YOUR GOAL: All records given below must be printed word for word.

THE RECORDS:

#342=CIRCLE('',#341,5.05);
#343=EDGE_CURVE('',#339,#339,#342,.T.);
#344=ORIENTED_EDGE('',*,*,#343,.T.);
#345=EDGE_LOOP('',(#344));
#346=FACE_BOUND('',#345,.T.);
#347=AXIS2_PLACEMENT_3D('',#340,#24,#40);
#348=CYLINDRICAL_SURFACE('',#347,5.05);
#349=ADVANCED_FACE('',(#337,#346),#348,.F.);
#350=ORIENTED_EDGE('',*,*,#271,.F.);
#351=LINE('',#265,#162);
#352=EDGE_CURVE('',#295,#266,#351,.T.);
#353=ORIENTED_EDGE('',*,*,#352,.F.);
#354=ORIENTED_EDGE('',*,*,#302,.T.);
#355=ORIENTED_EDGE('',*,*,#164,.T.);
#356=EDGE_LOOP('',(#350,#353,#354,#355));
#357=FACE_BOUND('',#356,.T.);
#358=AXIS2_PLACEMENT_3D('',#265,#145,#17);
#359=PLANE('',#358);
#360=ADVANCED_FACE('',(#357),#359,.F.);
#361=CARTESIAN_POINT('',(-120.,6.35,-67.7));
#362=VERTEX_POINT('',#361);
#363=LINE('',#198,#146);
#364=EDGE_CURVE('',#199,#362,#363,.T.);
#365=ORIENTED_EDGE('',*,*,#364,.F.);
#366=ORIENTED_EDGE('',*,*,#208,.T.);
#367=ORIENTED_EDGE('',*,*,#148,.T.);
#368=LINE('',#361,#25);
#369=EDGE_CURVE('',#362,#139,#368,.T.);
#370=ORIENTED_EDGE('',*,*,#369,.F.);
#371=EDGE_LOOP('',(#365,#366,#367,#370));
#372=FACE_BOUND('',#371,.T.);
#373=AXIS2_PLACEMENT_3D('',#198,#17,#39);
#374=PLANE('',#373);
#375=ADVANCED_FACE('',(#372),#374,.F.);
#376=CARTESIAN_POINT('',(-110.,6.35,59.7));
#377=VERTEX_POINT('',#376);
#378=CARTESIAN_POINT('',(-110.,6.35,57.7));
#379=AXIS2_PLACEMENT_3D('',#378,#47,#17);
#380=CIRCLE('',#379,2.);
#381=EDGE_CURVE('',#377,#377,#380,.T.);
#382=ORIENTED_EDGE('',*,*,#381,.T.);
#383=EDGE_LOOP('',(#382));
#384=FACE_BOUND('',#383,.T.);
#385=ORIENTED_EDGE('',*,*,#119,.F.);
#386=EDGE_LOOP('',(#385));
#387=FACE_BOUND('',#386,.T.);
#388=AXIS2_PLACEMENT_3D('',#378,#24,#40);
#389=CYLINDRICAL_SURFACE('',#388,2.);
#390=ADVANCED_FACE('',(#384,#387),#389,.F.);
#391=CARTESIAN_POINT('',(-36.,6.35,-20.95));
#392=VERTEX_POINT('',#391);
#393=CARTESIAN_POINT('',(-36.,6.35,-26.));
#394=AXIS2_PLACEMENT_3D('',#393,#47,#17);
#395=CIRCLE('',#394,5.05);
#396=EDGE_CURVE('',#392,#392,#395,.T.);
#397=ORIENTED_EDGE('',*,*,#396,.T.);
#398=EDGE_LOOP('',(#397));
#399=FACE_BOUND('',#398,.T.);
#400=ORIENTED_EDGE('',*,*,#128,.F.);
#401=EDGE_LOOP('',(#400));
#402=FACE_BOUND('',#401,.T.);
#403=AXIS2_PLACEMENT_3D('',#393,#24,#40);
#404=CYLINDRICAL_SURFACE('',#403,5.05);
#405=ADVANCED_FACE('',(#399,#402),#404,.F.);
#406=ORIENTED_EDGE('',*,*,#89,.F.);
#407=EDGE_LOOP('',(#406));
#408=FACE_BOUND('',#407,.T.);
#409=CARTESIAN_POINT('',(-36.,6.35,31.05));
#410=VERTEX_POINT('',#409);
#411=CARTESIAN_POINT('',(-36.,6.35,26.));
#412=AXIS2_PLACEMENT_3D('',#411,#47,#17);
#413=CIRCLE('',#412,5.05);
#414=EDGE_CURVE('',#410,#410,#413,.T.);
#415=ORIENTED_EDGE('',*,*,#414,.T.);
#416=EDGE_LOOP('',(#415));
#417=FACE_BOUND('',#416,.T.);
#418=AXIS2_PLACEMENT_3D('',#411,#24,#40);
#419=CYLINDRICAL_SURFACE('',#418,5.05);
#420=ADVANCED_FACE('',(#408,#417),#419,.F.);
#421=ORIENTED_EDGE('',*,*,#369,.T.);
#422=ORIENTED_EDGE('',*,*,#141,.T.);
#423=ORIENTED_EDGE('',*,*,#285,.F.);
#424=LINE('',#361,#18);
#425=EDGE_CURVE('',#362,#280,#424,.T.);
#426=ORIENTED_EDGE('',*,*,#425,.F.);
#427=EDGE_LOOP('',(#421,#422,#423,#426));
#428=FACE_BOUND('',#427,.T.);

EXERCISE SOLUTION:
#342=CIRCLE('',#341,5.05);
#343=EDGE_CURVE('',#339,#339,#342,.T.);
#344=ORIENTED_EDGE('',*,*,#343,.T.);
#345=EDGE_LOOP('',(#344));
#346=FACE_BOUND('',#345,.T.);
#347=AXIS2_PLACEMENT_3D('',#340,#24,#40);
#348=CYLINDRICAL_SURFACE('',#347,5.05);
#349=ADVANCED_FACE('',(#337,#346),#348,.F.);
#350=ORIENTED_EDGE('',*,*,#271,.F.);
#351=LINE('',#265,#162);
#352=EDGE_CURVE('',#295,#266,#351,.T.);
#353=ORIENTED_EDGE('',*,*,#352,.F.);
#354=ORIENTED_EDGE('',*,*,#302,.T.);
#355=ORIENTED_EDGE('',*,*,#164,.T.);
#356=EDGE_LOOP('',(#350,#353,#354,#355));
#357=FACE_BOUND('',#356,.T.);
#358=AXIS2_PLACEMENT_3D('',#265,#145,#17);
#359=PLANE('',#358);
#360=ADVANCED_FACE('',(#357),#359,.F.);
#361=CARTESIAN_POINT('',(-120.,6.35,-67.7));
#362=VERTEX_POINT('',#361);
#363=LINE('',#198,#146);
#364=EDGE_CURVE('',#199,#362,#363,.T.);
#365=ORIENTED_EDGE('',*,*,#364,.F.);
#366=ORIENTED_EDGE('',*,*,#208,.T.);
#367=ORIENTED_EDGE('',*,*,#148,.T.);
#368=LINE('',#361,#25);
#369=EDGE_CURVE('',#362,#139,#368,.T.);
#370=ORIENTED_EDGE('',*,*,#369,.F.);
#371=EDGE_LOOP('',(#365,#366,#367,#370));
#372=FACE_BOUND('',#371,.T.);
#373=AXIS2_PLACEMENT_3D('',#198,#17,#39);
#374=PLANE('',#373);
#375=ADVANCED_FACE('',(#372),#374,.F.);
#376=CARTESIAN_POINT('',(-110.,6.35,59.7));
#377=VERTEX_POINT('',#376);
#378=CARTESIAN_POINT('',(-110.,6.35,57.7));
#379=AXIS2_PLACEMENT_3D('',#378,#47,#17);
#380=CIRCLE('',#379,2.);
#381=EDGE_CURVE('',#377,#377,#380,.T.);
#382=ORIENTED_EDGE('',*,*,#381,.T.);
#383=EDGE_LOOP('',(#382));
#384=FACE_BOUND('',#383,.T.);
#385=ORIENTED_EDGE('',*,*,#119,.F.);
#386=EDGE_LOOP('',(#385));
#387=FACE_BOUND('',#386,.T.);
#388=AXIS2_PLACEMENT_3D('',#378,#24,#40);
#389=CYLINDRICAL_SURFACE('',#388,2.);
#390=ADVANCED_FACE('',(#384,#387),#389,.F.);
#391=CARTESIAN_POINT('',(-36.,6.35,-20.95));
#392=VERTEX_POINT('',#391);
#393=CARTESIAN_POINT('',(-36.,6.35,-26.));
#394=AXIS2_PLACEMENT_3D('',#393,#47,#17);
#395=CIRCLE('',#394,5.05);
#396=EDGE_CURVE('',#392,#392,#395,.T.);
#397=ORIENTED_EDGE('',*,*,#396,.T.);
#398=EDGE_LOOP('',(#397));
#399=FACE_BOUND('',#398,.T.);
#400=ORIENTED_EDGE('',*,*,#128,.F.);
#401=EDGE_LOOP('',(#400));
#402=FACE_BOUND('',#401,.T.);
#403=AXIS2_PLACEMENT_3D('',#393,#24,#40);
#404=CYLINDRICAL_SURFACE('',#403,5.05);
#405=ADVANCED_FACE('',(#399,#402),#404,.F.);
#406=ORIENTED_EDGE('',*,*,#89,.F.);
#407=EDGE_LOOP('',(#406));
#408=FACE_BOUND('',#407,.T.);
#409=CARTESIAN_POINT('',(-36.,6.35,31.05));
#410=VERTEX_POINT('',#409);
#411=CARTESIAN_POINT('',(-36.,6.35,26.));
#412=AXIS2_PLACEMENT_3D('',#411,#47,#17);
#413=CIRCLE('',#412,5.05);
#414=EDGE_CURVE('',#410,#410,#413,.T.);
#415=ORIENTED_EDGE('',*,*,#414,.T.);
#416=EDGE_LOOP('',(#415));
#417=FACE_BOUND('',#416,.T.);
#418=AXIS2_PLACEMENT_3D('',#411,#24,#40);
#419=CYLINDRICAL_SURFACE('',#418,5.05);
#420=ADVANCED_FACE('',(#408,#417),#419,.F.);
#421=ORIENTED_EDGE('',*,*,#369,.T.);
#422=ORIENTED_EDGE('',*,*,#141,.T.);
#423=ORIENTED_EDGE('',*,*,#285,.F.);
#424=LINE('',#361,#18);
#425=EDGE_CURVE('',#362,#280,#424,.T.);
#426=ORIENTED_EDGE('',*,*,#425,.F.);
#427=EDGE_LOOP('',(#421,#422,#423,#426));
#428=FACE_BOUND('',#427,.T.);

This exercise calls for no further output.